Karenanya, seorang pemimpin semestinya senantiasa bersikap jujur dalam mengemban amanah kepemimpinan, yang telah dipikulkan dipundaknya. Larangan hianat adalah perintah Allah Ta’ala, sebagaimana firmanNya:
يَا أَيُّهَا الَّذِينَ آمَنُوا لَا تَخُونُوا اللَّهَ وَالرَّسُولَ وَتَخُونُوا أَمَانَاتِكُمْ وَأَنْتُمْ تَعْلَمُونَ
“Wahai orang-orang yang beriman, janganlah kamu mengkhianati Allah dan Rasul (Muhammad) dan (juga) janganlah kamu mengkhianati amanat-amanat yang dipercayakan kepadamu, sedang kamu mengetahui”. (QS. al-Anfal: 27).
Karenanya Rasulullah mengatakan dalam sabdanya,
نِعْمَ الشَّيْء الْإِمَارَة لِمَنْ أَخَذَهَا بِحَقِّهَا وَحِلِّهَا ، وَبِئْسَ الشَّيْء الْإِمَارَة لِمَنْ أَخَذَهَا بِغَيْرِ حَقّهَا تَكُون عَلَيْهِ حَسْرَة يَوْم الْقِيَامَة
“Sebaik-baik perkara adalah kepemimpinan bagi yang menunaikannya dengan cara yang benar. Sejelek-jelek perkara adalah kepemimpinan bagi yang tidak menunaikannya dengan baik dan kelak ia akan merugi pada hari kiamat.”

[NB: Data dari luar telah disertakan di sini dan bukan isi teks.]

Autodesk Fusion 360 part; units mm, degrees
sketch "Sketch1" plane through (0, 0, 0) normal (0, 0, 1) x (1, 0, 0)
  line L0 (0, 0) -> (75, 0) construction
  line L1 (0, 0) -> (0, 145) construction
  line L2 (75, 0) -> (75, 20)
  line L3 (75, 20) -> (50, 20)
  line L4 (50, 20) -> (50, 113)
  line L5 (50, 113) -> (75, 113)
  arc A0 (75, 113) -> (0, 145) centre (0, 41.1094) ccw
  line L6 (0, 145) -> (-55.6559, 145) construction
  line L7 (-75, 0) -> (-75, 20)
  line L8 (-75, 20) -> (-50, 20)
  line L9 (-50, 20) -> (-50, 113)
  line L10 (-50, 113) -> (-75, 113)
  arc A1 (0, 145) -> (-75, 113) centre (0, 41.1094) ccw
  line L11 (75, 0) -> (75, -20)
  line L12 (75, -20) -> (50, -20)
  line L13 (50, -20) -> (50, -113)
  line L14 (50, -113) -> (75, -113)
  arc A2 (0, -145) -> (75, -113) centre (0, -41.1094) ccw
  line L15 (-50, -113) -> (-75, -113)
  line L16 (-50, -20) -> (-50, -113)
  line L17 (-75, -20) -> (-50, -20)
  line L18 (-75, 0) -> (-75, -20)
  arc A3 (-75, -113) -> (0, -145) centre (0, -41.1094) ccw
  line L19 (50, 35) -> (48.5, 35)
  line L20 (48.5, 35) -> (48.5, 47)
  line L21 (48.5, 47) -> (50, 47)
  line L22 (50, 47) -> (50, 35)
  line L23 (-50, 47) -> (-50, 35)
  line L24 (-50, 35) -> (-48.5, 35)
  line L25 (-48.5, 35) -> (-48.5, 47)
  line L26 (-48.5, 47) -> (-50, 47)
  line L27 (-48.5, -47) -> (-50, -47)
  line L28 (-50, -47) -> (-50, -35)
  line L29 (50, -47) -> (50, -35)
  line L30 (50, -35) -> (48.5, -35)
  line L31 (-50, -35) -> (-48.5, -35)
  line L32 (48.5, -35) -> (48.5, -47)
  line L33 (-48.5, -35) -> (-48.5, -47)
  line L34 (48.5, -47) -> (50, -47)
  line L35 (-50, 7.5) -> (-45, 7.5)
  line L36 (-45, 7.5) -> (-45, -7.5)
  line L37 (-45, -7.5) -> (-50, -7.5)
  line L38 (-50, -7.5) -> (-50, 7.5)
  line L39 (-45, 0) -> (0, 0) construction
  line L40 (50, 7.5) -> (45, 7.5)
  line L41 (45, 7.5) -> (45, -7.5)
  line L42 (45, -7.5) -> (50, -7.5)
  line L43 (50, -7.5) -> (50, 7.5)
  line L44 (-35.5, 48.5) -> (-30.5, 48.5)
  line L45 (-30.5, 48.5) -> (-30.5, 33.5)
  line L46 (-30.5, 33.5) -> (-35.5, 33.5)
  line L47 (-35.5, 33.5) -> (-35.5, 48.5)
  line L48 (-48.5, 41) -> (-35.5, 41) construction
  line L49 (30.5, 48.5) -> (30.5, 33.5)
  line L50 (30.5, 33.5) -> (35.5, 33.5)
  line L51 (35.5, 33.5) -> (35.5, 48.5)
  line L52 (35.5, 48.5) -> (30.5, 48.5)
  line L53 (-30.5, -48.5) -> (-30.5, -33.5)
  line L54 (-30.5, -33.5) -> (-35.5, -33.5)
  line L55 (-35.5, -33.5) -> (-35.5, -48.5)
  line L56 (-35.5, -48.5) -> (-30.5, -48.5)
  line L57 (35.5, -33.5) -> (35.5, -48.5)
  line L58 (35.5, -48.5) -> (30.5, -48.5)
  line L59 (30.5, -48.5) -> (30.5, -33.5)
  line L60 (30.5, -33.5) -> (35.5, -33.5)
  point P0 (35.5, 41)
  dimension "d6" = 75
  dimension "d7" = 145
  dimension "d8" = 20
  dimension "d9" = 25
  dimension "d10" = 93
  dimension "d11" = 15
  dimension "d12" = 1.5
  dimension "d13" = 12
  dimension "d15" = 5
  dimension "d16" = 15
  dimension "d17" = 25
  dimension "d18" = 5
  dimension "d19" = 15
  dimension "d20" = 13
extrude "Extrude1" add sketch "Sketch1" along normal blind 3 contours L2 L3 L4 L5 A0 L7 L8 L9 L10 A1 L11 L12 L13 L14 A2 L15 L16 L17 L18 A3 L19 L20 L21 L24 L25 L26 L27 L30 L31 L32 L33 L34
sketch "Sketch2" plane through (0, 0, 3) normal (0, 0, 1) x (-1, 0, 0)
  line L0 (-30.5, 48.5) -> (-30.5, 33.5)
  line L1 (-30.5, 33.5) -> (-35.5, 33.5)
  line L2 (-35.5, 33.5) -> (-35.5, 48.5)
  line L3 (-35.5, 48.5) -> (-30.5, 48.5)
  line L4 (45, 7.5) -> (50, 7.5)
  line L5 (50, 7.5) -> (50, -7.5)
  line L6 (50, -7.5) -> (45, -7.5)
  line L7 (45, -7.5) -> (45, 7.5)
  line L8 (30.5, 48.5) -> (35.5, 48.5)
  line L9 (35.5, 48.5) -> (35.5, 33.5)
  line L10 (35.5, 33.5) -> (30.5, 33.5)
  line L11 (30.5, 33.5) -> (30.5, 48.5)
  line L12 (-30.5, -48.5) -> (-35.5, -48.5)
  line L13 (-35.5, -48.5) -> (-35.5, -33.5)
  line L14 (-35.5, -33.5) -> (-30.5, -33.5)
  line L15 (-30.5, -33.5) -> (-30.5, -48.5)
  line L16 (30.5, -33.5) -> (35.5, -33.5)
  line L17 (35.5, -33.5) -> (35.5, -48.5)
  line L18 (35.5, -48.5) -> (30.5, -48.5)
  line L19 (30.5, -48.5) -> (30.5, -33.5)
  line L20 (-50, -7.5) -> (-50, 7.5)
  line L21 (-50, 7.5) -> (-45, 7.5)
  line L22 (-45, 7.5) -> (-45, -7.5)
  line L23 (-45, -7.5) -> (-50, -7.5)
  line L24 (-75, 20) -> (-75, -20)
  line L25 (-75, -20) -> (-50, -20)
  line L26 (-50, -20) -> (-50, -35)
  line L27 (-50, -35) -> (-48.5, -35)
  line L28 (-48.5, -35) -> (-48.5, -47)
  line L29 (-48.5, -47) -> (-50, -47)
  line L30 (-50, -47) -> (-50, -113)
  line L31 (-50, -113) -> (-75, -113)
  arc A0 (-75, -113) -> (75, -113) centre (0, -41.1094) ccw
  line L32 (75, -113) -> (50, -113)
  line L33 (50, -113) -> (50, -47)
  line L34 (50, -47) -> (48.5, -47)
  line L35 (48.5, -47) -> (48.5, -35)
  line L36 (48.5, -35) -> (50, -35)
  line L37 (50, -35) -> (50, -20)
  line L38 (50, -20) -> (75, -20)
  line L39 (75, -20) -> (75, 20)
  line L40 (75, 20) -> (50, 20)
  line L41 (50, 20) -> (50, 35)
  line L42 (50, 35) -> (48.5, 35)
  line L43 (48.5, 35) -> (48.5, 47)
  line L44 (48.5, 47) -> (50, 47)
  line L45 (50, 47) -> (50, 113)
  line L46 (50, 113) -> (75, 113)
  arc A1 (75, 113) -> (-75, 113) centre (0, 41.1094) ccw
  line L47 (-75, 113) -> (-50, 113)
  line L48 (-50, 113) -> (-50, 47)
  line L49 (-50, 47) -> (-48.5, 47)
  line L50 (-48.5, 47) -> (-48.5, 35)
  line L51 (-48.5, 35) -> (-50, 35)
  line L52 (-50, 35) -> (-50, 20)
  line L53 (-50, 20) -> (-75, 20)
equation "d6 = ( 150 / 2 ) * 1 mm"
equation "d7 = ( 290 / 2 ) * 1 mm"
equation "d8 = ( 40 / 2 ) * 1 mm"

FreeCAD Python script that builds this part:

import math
import FreeCAD as App
import Part
import Sketcher

V = App.Vector
Q = App.Units.Quantity

doc = App.newDocument("Part")
body = doc.addObject("PartDesign::Body", "Body")

# Sketch on XY plane
sketch1 = body.newObject("Sketcher::SketchObject", "Sketch")
sketch1.AttachmentSupport = (doc.getObject("XY_Plane"), [""])
sketch1.MapMode = "FlatFace"
sketch1.addGeometry([
    Part.LineSegment(V(75, -20, 0), V(75, 20, 0)),  # 0
    Part.LineSegment(V(75, 20, 0), V(50, 20, 0)),  # 1
    Part.LineSegment(V(50, 20, 0), V(50, 35, 0)),  # 2
    Part.LineSegment(V(50, 35, 0), V(48.5, 35, 0)),  # 3
    Part.LineSegment(V(48.5, 35, 0), V(48.5, 47, 0)),  # 4
    Part.LineSegment(V(48.5, 47, 0), V(50, 47, 0)),  # 5
    Part.LineSegment(V(50, 47, 0), V(50, 113, 0)),  # 6
    Part.LineSegment(V(50, 113, 0), V(75, 113, 0)),  # 7
    Part.ArcOfCircle(Part.Circle(V(0, 41.1, 0), V(0, 0, 1), 103.9), math.radians(44), math.radians(90)),  # 8
    Part.ArcOfCircle(Part.Circle(V(0, 41.1, 0), V(0, 0, 1), 103.9), math.radians(90), math.radians(136)),  # 9
    Part.LineSegment(V(-75, 113, 0), V(-50, 113, 0)),  # 10
    Part.LineSegment(V(-50, 113, 0), V(-50, 47, 0)),  # 11
    Part.LineSegment(V(-50, 47, 0), V(-48.5, 47, 0)),  # 12
    Part.LineSegment(V(-48.5, 47, 0), V(-48.5, 35, 0)),  # 13
    Part.LineSegment(V(-48.5, 35, 0), V(-50, 35, 0)),  # 14
    Part.LineSegment(V(-50, 35, 0), V(-50, 20, 0)),  # 15
    Part.LineSegment(V(-50, 20, 0), V(-75, 20, 0)),  # 16
    Part.LineSegment(V(-75, 20, 0), V(-75, -20, 0)),  # 17
    Part.LineSegment(V(-75, -20, 0), V(-50, -20, 0)),  # 18
    Part.LineSegment(V(-50, -20, 0), V(-50, -35, 0)),  # 19
    Part.LineSegment(V(-50, -35, 0), V(-48.5, -35, 0)),  # 20
    Part.LineSegment(V(-48.5, -35, 0), V(-48.5, -47, 0)),  # 21
    Part.LineSegment(V(-48.5, -47, 0), V(-50, -47, 0)),  # 22
    Part.LineSegment(V(-50, -47, 0), V(-50, -113, 0)),  # 23
    Part.LineSegment(V(-50, -113, 0), V(-75, -113, 0)),  # 24
    Part.ArcOfCircle(Part.Circle(V(0, -41.1, 0), V(0, 0, 1), 103.9), math.radians(-136), math.radians(-90)),  # 25
    Part.ArcOfCircle(Part.Circle(V(0, -41.1, 0), V(0, 0, 1), 103.9), math.radians(-90), math.radians(-44)),  # 26
    Part.LineSegment(V(75, -113, 0), V(50, -113, 0)),  # 27
    Part.LineSegment(V(50, -113, 0), V(50, -47, 0)),  # 28
    Part.LineSegment(V(50, -47, 0), V(48.5, -47, 0)),  # 29
    Part.LineSegment(V(48.5, -47, 0), V(48.5, -35, 0)),  # 30
    Part.LineSegment(V(48.5, -35, 0), V(50, -35, 0)),  # 31
    Part.LineSegment(V(50, -35, 0), V(50, -20, 0)),  # 32
    Part.LineSegment(V(50, -20, 0), V(75, -20, 0)),  # 33
    Part.LineSegment(V(-50, -7.5, 0), V(-50, 7.5, 0)),  # 34
    Part.LineSegment(V(-50, 7.5, 0), V(-45, 7.5, 0)),  # 35
    Part.LineSegment(V(-45, 7.5, 0), V(-45, -7.5, 0)),  # 36
    Part.LineSegment(V(-45, -7.5, 0), V(-50, -7.5, 0)),  # 37
    Part.LineSegment(V(-30.5, -33.5, 0), V(-30.5, -48.5, 0)),  # 38
    Part.LineSegment(V(-30.5, -48.5, 0), V(-35.5, -48.5, 0)),  # 39
    Part.LineSegment(V(-35.5, -48.5, 0), V(-35.5, -33.5, 0)),  # 40
    Part.LineSegment(V(-35.5, -33.5, 0), V(-30.5, -33.5, 0)),  # 41
    Part.LineSegment(V(30.5, -33.5, 0), V(35.5, -33.5, 0)),  # 42
    Part.LineSegment(V(35.5, -33.5, 0), V(35.5, -48.5, 0)),  # 43
    Part.LineSegment(V(35.5, -48.5, 0), V(30.5, -48.5, 0)),  # 44
    Part.LineSegment(V(30.5, -48.5, 0), V(30.5, -33.5, 0)),  # 45
    Part.LineSegment(V(45, 7.5, 0), V(50, 7.5, 0)),  # 46
    Part.LineSegment(V(50, 7.5, 0), V(50, -7.5, 0)),  # 47
    Part.LineSegment(V(50, -7.5, 0), V(45, -7.5, 0)),  # 48
    Part.LineSegment(V(45, -7.5, 0), V(45, 7.5, 0)),  # 49
    Part.LineSegment(V(-35.5, 33.5, 0), V(-35.5, 48.5, 0)),  # 50
    Part.LineSegment(V(-35.5, 48.5, 0), V(-30.5, 48.5, 0)),  # 51
    Part.LineSegment(V(-30.5, 48.5, 0), V(-30.5, 33.5, 0)),  # 52
    Part.LineSegment(V(-30.5, 33.5, 0), V(-35.5, 33.5, 0)),  # 53
    Part.LineSegment(V(30.5, 33.5, 0), V(30.5, 48.5, 0)),  # 54
    Part.LineSegment(V(30.5, 48.5, 0), V(35.5, 48.5, 0)),  # 55
    Part.LineSegment(V(35.5, 48.5, 0), V(35.5, 33.5, 0)),  # 56
    Part.LineSegment(V(35.5, 33.5, 0), V(30.5, 33.5, 0)),  # 57
], False)
sketch1.addConstraint([
    Sketcher.Constraint("Coincident", 0, 2, 1, 1),
    Sketcher.Constraint("Coincident", 1, 2, 2, 1),
    Sketcher.Constraint("Coincident", 2, 2, 3, 1),
    Sketcher.Constraint("Coincident", 3, 2, 4, 1),
    Sketcher.Constraint("Coincident", 4, 2, 5, 1),
    Sketcher.Constraint("Coincident", 5, 2, 6, 1),
    Sketcher.Constraint("Coincident", 6, 2, 7, 1),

Olehnya, sesiapa saja yang tidak sudi untuk dibangkitkan oleh Allah dalam kondisi berada di bawah panji kemunafikan, maka hendaklah dia senantiasa menjaga amanah kepemimpinan yang dipikulnya. Nabi Shallallahu Alaihi Wasallam bersabda:
لِكُلِّ غَادِرٍ لِوَاءٌ يَوْمَ الْقِيَامَةِ يُرْفَعُ لَهُ بِقَدْرِ غَدْرِهِ أَلاَ وَلاَ غَادِرَ أَعْظَمُ غَدْرًا مِنْ أَمِيرِ عَامَّةٍ
“Setiap pengkhianat itu ada benderanya pada hari kiamat, di mana bendera itu ditinggikan sesuai dengan kadar khianatnya. Ketahuilah, tidak ada pengkhianat yang lebih besar melebihi khianatnya pemimpin umum”. (HR. Muslim). Wallahu A’lam.